▸ **EXERCISE DIRECTIONS**: Nothing but the lines from the one containing "#93=CARTESIAN_POINT('',(-276.225,4.7625,-2.7496));" through the one containing "#118=FACE_BOUND('',#117,.F.);", both included, should be given again, each exactly as written below.

▸ **DATA LISTING**:

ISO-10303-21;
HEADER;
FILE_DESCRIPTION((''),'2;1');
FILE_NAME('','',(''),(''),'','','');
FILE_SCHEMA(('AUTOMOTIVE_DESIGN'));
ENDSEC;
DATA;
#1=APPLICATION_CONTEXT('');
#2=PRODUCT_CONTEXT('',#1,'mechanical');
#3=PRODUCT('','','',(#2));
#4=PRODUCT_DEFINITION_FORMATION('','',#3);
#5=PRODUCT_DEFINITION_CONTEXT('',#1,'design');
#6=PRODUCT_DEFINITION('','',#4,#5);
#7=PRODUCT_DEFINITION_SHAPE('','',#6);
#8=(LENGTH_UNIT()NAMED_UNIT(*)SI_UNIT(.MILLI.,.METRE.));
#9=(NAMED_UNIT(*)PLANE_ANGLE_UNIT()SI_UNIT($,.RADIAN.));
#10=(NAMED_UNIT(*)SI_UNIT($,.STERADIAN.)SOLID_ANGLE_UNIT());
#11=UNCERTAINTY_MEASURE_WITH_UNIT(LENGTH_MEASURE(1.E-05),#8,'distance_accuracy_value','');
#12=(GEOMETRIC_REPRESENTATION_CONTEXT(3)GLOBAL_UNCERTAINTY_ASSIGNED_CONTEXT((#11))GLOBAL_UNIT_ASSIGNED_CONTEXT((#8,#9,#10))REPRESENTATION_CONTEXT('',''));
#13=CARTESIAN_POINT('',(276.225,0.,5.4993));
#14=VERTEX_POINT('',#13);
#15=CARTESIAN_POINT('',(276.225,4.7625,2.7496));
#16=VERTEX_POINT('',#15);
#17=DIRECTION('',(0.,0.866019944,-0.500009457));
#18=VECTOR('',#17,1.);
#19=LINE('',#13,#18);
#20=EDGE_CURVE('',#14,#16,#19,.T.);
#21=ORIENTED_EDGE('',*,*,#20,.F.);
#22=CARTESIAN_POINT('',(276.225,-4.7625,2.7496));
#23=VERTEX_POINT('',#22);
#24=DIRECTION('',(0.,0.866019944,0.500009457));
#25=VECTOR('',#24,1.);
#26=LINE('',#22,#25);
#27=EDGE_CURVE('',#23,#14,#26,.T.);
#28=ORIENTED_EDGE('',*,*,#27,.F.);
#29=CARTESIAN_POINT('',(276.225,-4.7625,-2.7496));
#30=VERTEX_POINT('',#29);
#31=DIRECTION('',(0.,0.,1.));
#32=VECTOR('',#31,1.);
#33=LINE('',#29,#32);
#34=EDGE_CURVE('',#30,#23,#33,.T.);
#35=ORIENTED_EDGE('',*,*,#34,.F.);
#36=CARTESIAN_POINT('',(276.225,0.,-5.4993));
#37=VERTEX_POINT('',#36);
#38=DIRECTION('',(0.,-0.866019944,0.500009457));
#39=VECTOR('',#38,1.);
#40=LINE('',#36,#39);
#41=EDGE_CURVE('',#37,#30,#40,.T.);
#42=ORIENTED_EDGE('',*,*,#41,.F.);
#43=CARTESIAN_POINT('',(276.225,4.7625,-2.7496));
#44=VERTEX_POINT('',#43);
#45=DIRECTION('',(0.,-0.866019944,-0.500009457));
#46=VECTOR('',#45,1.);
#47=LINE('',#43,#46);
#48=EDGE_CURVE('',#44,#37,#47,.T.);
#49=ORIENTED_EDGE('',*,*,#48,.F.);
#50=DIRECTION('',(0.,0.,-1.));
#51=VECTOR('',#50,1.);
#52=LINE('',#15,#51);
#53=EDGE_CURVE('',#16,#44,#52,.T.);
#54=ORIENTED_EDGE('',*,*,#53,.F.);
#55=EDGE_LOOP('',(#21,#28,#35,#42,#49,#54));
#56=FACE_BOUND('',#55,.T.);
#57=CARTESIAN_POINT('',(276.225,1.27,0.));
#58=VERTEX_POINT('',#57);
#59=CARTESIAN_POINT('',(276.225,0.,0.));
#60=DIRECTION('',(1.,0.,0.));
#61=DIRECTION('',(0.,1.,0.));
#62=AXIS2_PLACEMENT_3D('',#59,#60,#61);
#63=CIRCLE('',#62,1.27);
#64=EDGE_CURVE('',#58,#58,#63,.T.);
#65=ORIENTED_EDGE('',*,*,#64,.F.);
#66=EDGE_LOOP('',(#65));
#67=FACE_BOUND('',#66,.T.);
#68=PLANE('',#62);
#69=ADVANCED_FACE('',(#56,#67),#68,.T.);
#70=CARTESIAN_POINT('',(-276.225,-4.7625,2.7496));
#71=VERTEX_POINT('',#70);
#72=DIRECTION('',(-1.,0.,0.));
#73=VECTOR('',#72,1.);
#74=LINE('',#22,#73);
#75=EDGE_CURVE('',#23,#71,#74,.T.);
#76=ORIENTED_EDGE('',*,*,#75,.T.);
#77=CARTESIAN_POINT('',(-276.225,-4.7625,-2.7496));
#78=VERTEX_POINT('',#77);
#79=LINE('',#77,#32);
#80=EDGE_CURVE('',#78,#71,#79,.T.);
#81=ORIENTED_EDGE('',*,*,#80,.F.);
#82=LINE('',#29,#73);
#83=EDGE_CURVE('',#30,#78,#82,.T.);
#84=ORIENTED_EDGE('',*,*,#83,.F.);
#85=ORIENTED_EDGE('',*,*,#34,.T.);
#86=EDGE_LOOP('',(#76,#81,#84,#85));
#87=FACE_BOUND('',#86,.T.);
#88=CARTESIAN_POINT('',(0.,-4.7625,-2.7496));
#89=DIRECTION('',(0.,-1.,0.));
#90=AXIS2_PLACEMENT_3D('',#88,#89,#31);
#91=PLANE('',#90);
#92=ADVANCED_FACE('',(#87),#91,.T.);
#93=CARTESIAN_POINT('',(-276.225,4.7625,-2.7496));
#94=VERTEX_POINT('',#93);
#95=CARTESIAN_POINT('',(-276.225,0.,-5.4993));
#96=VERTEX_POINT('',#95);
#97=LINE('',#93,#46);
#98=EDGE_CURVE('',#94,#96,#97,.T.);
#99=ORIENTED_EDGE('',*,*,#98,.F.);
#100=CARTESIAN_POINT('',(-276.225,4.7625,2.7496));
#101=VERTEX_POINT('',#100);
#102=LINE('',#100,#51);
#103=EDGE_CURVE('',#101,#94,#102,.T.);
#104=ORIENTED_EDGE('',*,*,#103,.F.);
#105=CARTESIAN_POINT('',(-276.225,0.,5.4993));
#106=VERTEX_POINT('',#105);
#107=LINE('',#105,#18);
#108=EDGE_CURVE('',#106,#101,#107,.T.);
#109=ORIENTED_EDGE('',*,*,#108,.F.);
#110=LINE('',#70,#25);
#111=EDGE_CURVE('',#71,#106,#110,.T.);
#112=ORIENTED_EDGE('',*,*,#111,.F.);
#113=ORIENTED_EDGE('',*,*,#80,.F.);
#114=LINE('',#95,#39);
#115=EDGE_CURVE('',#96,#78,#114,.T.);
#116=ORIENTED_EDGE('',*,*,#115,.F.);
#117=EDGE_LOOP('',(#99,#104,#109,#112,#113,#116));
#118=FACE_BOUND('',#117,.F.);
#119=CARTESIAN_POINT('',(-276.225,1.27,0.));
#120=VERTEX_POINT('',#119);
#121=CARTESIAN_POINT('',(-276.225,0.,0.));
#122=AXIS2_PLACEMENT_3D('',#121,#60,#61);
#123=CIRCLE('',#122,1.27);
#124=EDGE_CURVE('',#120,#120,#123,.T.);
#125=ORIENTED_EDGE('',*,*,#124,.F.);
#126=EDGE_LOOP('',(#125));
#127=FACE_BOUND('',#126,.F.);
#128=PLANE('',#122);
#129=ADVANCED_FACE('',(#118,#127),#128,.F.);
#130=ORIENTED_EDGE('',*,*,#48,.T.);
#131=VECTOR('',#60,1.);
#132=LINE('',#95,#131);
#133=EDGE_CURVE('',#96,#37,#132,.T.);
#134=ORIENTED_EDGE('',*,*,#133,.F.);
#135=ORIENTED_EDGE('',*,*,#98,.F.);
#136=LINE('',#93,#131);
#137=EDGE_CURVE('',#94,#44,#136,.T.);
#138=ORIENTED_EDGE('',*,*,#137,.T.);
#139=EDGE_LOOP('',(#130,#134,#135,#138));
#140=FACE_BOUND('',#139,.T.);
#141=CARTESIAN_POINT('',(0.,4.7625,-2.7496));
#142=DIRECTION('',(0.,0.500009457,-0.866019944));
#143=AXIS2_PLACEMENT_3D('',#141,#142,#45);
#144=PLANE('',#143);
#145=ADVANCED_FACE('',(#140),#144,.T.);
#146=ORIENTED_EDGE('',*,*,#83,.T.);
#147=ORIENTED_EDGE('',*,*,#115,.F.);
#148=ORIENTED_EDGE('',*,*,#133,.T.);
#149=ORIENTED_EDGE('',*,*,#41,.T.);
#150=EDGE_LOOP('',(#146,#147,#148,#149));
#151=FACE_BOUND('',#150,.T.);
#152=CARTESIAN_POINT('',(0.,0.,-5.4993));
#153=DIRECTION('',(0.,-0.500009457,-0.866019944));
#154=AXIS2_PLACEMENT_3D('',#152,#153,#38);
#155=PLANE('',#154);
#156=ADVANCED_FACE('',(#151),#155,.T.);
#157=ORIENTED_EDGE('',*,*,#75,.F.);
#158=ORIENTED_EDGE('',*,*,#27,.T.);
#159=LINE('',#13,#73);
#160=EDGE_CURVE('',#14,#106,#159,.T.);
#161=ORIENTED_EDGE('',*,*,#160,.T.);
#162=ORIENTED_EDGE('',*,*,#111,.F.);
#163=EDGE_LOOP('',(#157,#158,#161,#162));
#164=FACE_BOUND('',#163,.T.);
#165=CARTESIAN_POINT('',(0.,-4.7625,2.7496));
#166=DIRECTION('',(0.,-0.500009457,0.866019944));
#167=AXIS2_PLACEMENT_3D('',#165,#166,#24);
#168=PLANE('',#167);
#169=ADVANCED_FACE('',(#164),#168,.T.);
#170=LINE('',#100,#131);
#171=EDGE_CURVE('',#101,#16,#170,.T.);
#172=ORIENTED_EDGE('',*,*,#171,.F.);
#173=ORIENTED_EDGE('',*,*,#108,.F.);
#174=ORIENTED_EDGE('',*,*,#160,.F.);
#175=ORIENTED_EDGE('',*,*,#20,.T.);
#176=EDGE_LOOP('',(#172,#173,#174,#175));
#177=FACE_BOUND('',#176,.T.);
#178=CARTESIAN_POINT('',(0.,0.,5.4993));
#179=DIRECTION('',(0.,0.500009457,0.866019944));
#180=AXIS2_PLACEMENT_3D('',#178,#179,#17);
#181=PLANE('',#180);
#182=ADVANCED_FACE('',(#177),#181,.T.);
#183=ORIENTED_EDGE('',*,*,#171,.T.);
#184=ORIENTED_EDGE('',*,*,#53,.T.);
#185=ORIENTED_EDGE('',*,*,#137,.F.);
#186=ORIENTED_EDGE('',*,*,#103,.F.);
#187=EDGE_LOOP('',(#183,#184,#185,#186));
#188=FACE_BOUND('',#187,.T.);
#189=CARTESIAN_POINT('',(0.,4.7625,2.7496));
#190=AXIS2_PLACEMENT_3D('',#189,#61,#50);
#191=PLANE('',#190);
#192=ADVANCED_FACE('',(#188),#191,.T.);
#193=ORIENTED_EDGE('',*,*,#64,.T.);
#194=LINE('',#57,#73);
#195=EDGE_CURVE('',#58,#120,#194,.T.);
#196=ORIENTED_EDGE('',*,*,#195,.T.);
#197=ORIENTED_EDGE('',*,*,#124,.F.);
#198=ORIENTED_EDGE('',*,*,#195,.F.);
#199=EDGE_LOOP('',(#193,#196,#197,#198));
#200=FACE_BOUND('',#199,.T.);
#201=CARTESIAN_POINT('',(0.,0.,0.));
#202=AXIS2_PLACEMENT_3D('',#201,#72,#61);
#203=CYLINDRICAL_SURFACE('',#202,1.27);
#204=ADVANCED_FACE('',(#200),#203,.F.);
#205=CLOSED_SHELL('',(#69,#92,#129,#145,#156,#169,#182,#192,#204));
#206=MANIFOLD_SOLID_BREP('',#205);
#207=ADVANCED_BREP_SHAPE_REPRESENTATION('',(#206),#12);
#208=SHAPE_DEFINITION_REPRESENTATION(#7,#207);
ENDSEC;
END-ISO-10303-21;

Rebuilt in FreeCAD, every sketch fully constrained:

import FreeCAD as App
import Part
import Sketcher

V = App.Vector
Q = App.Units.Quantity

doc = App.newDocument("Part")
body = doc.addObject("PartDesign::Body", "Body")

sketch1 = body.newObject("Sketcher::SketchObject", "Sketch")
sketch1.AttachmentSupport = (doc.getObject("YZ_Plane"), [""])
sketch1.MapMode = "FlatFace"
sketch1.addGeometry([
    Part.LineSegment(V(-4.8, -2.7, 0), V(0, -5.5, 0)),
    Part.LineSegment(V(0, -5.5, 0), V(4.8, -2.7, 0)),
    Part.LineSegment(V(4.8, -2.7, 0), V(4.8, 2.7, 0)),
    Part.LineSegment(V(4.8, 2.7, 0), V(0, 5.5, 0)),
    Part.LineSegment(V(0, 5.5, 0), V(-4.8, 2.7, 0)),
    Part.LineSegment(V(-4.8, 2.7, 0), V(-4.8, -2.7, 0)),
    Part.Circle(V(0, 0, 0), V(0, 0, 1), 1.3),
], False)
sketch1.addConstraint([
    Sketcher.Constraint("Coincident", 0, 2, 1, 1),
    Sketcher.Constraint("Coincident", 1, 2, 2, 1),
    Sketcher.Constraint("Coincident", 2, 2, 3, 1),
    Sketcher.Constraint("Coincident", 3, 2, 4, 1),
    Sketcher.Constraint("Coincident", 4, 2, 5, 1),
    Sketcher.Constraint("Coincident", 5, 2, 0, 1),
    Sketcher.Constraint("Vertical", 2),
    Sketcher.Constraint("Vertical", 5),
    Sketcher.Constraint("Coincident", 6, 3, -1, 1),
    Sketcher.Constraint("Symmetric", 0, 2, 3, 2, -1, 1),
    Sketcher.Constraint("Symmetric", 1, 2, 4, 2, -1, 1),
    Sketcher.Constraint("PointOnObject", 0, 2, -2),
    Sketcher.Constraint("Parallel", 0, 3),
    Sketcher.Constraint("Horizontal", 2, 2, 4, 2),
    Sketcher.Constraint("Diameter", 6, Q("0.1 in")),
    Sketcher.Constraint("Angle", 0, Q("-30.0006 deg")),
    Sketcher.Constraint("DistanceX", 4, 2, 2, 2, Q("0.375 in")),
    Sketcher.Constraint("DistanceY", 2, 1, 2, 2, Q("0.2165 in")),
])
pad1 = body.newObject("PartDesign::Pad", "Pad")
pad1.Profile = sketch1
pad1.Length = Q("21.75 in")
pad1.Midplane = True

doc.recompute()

...

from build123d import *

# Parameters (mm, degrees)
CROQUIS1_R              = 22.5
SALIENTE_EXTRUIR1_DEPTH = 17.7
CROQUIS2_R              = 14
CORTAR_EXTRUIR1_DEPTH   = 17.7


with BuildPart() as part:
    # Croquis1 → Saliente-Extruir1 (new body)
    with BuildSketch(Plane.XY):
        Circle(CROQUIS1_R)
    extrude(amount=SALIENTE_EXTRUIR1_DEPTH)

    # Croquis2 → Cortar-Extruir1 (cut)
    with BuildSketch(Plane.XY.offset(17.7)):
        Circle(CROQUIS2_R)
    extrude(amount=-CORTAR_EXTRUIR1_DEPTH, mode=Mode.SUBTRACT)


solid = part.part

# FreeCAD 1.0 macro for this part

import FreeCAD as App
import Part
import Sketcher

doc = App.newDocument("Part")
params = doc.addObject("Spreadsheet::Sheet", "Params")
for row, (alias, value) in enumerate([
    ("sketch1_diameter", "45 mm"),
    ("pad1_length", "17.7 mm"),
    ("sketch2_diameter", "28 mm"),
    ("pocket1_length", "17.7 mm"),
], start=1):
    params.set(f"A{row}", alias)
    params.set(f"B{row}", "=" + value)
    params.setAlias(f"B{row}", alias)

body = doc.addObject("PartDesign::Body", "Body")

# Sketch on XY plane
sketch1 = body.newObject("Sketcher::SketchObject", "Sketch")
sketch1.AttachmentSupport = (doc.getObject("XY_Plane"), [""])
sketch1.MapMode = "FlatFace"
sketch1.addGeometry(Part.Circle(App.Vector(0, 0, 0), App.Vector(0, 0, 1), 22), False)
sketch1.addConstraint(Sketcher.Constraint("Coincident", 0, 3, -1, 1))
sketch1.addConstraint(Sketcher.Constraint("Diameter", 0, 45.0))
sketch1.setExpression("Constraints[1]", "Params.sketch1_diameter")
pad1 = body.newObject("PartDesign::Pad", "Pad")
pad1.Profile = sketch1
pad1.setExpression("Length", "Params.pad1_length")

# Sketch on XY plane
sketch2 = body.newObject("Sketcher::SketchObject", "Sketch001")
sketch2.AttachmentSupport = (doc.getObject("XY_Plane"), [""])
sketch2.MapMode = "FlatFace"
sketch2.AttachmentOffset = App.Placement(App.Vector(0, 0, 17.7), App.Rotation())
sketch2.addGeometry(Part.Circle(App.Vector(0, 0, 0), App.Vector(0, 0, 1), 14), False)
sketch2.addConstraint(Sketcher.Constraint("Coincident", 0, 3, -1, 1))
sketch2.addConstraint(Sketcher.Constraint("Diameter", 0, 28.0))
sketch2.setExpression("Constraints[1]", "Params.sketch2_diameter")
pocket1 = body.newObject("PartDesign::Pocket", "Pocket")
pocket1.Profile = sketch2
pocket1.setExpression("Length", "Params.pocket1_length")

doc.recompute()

▸ **PROBLEM SOLUTION**:
#93=CARTESIAN_POINT('',(-276.225,4.7625,-2.7496));
#94=VERTEX_POINT('',#93);
#95=CARTESIAN_POINT('',(-276.225,0.,-5.4993));
#96=VERTEX_POINT('',#95);
#97=LINE('',#93,#46);
#98=EDGE_CURVE('',#94,#96,#97,.T.);
#99=ORIENTED_EDGE('',*,*,#98,.F.);
#100=CARTESIAN_POINT('',(-276.225,4.7625,2.7496));
#101=VERTEX_POINT('',#100);
#102=LINE('',#100,#51);
#103=EDGE_CURVE('',#101,#94,#102,.T.);
#104=ORIENTED_EDGE('',*,*,#103,.F.);
#105=CARTESIAN_POINT('',(-276.225,0.,5.4993));
#106=VERTEX_POINT('',#105);
#107=LINE('',#105,#18);
#108=EDGE_CURVE('',#106,#101,#107,.T.);
#109=ORIENTED_EDGE('',*,*,#108,.F.);
#110=LINE('',#70,#25);
#111=EDGE_CURVE('',#71,#106,#110,.T.);
#112=ORIENTED_EDGE('',*,*,#111,.F.);
#113=ORIENTED_EDGE('',*,*,#80,.F.);
#114=LINE('',#95,#39);
#115=EDGE_CURVE('',#96,#78,#114,.T.);
#116=ORIENTED_EDGE('',*,*,#115,.F.);
#117=EDGE_LOOP('',(#99,#104,#109,#112,#113,#116));
#118=FACE_BOUND('',#117,.F.);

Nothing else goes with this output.